* [Your task]: Retype the data exactly. Spelling and punctuation stay as they are.

* [Source data]:
BEGIN
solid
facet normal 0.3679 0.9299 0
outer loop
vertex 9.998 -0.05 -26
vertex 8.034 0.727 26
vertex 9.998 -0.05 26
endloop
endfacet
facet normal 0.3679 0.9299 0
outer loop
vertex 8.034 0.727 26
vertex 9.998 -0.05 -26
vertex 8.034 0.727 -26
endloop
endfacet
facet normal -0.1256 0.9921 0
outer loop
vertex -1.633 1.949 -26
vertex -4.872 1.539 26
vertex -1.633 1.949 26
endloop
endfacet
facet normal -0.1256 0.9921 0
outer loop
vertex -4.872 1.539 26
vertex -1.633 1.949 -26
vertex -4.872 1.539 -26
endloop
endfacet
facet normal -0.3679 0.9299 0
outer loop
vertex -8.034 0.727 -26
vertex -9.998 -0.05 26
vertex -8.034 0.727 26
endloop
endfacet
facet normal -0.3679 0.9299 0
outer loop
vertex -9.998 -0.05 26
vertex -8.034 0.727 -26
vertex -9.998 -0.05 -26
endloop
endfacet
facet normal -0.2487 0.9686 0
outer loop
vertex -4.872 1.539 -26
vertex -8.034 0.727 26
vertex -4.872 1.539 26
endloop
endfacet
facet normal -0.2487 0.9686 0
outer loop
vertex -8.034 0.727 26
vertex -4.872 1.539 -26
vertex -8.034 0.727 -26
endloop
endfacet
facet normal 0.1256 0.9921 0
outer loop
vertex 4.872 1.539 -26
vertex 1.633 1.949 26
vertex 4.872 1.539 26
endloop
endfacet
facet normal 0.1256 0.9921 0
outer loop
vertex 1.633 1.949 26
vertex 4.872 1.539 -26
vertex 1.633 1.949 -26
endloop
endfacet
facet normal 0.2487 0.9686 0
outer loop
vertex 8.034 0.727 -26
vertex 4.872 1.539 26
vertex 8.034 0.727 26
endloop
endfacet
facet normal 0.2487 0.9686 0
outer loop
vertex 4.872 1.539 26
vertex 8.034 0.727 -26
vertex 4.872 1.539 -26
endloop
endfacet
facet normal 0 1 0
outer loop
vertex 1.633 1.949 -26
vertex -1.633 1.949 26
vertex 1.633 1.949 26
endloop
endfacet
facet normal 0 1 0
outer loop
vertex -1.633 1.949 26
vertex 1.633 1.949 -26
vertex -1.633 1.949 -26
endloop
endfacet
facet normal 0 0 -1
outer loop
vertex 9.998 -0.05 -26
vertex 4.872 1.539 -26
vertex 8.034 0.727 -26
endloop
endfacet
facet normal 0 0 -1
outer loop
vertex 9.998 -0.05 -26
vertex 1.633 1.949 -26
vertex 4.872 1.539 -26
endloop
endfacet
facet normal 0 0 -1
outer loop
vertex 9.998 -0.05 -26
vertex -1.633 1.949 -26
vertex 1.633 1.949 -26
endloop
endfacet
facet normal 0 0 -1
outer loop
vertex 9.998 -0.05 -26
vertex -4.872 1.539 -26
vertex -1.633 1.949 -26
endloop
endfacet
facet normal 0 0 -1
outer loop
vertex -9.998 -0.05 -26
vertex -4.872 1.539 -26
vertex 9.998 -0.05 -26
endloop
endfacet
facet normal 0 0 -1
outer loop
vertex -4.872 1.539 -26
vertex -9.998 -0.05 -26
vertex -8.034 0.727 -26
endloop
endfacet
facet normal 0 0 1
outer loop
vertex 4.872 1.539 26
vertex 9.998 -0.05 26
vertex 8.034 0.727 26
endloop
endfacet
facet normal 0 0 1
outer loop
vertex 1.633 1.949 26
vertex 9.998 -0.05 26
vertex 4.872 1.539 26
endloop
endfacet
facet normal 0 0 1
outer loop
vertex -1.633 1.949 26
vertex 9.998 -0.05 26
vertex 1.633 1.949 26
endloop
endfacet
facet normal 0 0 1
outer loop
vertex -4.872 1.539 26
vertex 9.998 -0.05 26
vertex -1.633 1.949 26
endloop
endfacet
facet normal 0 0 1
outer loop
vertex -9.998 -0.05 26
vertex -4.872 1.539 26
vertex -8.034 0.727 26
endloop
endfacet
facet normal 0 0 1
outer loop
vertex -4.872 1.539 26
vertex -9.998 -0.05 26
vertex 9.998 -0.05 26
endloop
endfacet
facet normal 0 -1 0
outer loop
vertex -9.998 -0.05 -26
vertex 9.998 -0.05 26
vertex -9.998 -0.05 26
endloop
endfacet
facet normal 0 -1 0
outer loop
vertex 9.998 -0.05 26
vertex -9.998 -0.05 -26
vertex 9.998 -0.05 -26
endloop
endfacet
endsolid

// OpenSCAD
helpText="flute(width=20,height=50,depth=2)";

flute(width=20,height=50,depth=2);
flute(help=true);
module flute(width=20,height=50,depth=2,help=false,center=true){
    $fn=50;
    R=(width*width)/(8*depth)+depth/2;
    if(help)echo(helpText);
    translate([0,depth-R,0])
    difference(){
        cylinder(h=height+2,r=R,center=true);
        translate([0,-(depth+0.05),0])cube([2*R,2*R,height+4],center=true);
    }
}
END
* [Result below]:
solid
facet normal 0.3679 0.9299 0
outer loop
vertex 9.998 -0.05 -26
vertex 8.034 0.727 26
vertex 9.998 -0.05 26
endloop
endfacet
facet normal 0.3679 0.9299 0
outer loop
vertex 8.034 0.727 26
vertex 9.998 -0.05 -26
vertex 8.034 0.727 -26
endloop
endfacet
facet normal -0.1256 0.9921 0
outer loop
vertex -1.633 1.949 -26
vertex -4.872 1.539 26
vertex -1.633 1.949 26
endloop
endfacet
facet normal -0.1256 0.9921 0
outer loop
vertex -4.872 1.539 26
vertex -1.633 1.949 -26
vertex -4.872 1.539 -26
endloop
endfacet
facet normal -0.3679 0.9299 0
outer loop
vertex -8.034 0.727 -26
vertex -9.998 -0.05 26
vertex -8.034 0.727 26
endloop
endfacet
facet normal -0.3679 0.9299 0
outer loop
vertex -9.998 -0.05 26
vertex -8.034 0.727 -26
vertex -9.998 -0.05 -26
endloop
endfacet
facet normal -0.2487 0.9686 0
outer loop
vertex -4.872 1.539 -26
vertex -8.034 0.727 26
vertex -4.872 1.539 26
endloop
endfacet
facet normal -0.2487 0.9686 0
outer loop
vertex -8.034 0.727 26
vertex -4.872 1.539 -26
vertex -8.034 0.727 -26
endloop
endfacet
facet normal 0.1256 0.9921 0
outer loop
vertex 4.872 1.539 -26
vertex 1.633 1.949 26
vertex 4.872 1.539 26
endloop
endfacet
facet normal 0.1256 0.9921 0
outer loop
vertex 1.633 1.949 26
vertex 4.872 1.539 -26
vertex 1.633 1.949 -26
endloop
endfacet
facet normal 0.2487 0.9686 0
outer loop
vertex 8.034 0.727 -26
vertex 4.872 1.539 26
vertex 8.034 0.727 26
endloop
endfacet
facet normal 0.2487 0.9686 0
outer loop
vertex 4.872 1.539 26
vertex 8.034 0.727 -26
vertex 4.872 1.539 -26
endloop
endfacet
facet normal 0 1 0
outer loop
vertex 1.633 1.949 -26
vertex -1.633 1.949 26
vertex 1.633 1.949 26
endloop
endfacet
facet normal 0 1 0
outer loop
vertex -1.633 1.949 26
vertex 1.633 1.949 -26
vertex -1.633 1.949 -26
endloop
endfacet
facet normal 0 0 -1
outer loop
vertex 9.998 -0.05 -26
vertex 4.872 1.539 -26
vertex 8.034 0.727 -26
endloop
endfacet
facet normal 0 0 -1
outer loop
vertex 9.998 -0.05 -26
vertex 1.633 1.949 -26
vertex 4.872 1.539 -26
endloop
endfacet
facet normal 0 0 -1
outer loop
vertex 9.998 -0.05 -26
vertex -1.633 1.949 -26
vertex 1.633 1.949 -26
endloop
endfacet
facet normal 0 0 -1
outer loop
vertex 9.998 -0.05 -26
vertex -4.872 1.539 -26
vertex -1.633 1.949 -26
endloop
endfacet
facet normal 0 0 -1
outer loop
vertex -9.998 -0.05 -26
vertex -4.872 1.539 -26
vertex 9.998 -0.05 -26
endloop
endfacet
facet normal 0 0 -1
outer loop
vertex -4.872 1.539 -26
vertex -9.998 -0.05 -26
vertex -8.034 0.727 -26
endloop
endfacet
facet normal 0 0 1
outer loop
vertex 4.872 1.539 26
vertex 9.998 -0.05 26
vertex 8.034 0.727 26
endloop
endfacet
facet normal 0 0 1
outer loop
vertex 1.633 1.949 26
vertex 9.998 -0.05 26
vertex 4.872 1.539 26
endloop
endfacet
facet normal 0 0 1
outer loop
vertex -1.633 1.949 26
vertex 9.998 -0.05 26
vertex 1.633 1.949 26
endloop
endfacet
facet normal 0 0 1
outer loop
vertex -4.872 1.539 26
vertex 9.998 -0.05 26
vertex -1.633 1.949 26
endloop
endfacet
facet normal 0 0 1
outer loop
vertex -9.998 -0.05 26
vertex -4.872 1.539 26
vertex -8.034 0.727 26
endloop
endfacet
facet normal 0 0 1
outer loop
vertex -4.872 1.539 26
vertex -9.998 -0.05 26
vertex 9.998 -0.05 26
endloop
endfacet
facet normal 0 -1 0
outer loop
vertex -9.998 -0.05 -26
vertex 9.998 -0.05 26
vertex -9.998 -0.05 26
endloop
endfacet
facet normal 0 -1 0
outer loop
vertex 9.998 -0.05 26
vertex -9.998 -0.05 -26
vertex 9.998 -0.05 -26
endloop
endfacet
endsolid

// OpenSCAD
helpText="flute(width=20,height=50,depth=2)";

flute(width=20,height=50,depth=2);
flute(help=true);
module flute(width=20,height=50,depth=2,help=false,center=true){
    $fn=50;
    R=(width*width)/(8*depth)+depth/2;
    if(help)echo(helpText);
    translate([0,depth-R,0])
    difference(){
        cylinder(h=height+2,r=R,center=true);
        translate([0,-(depth+0.05),0])cube([2*R,2*R,height+4],center=true);
    }
}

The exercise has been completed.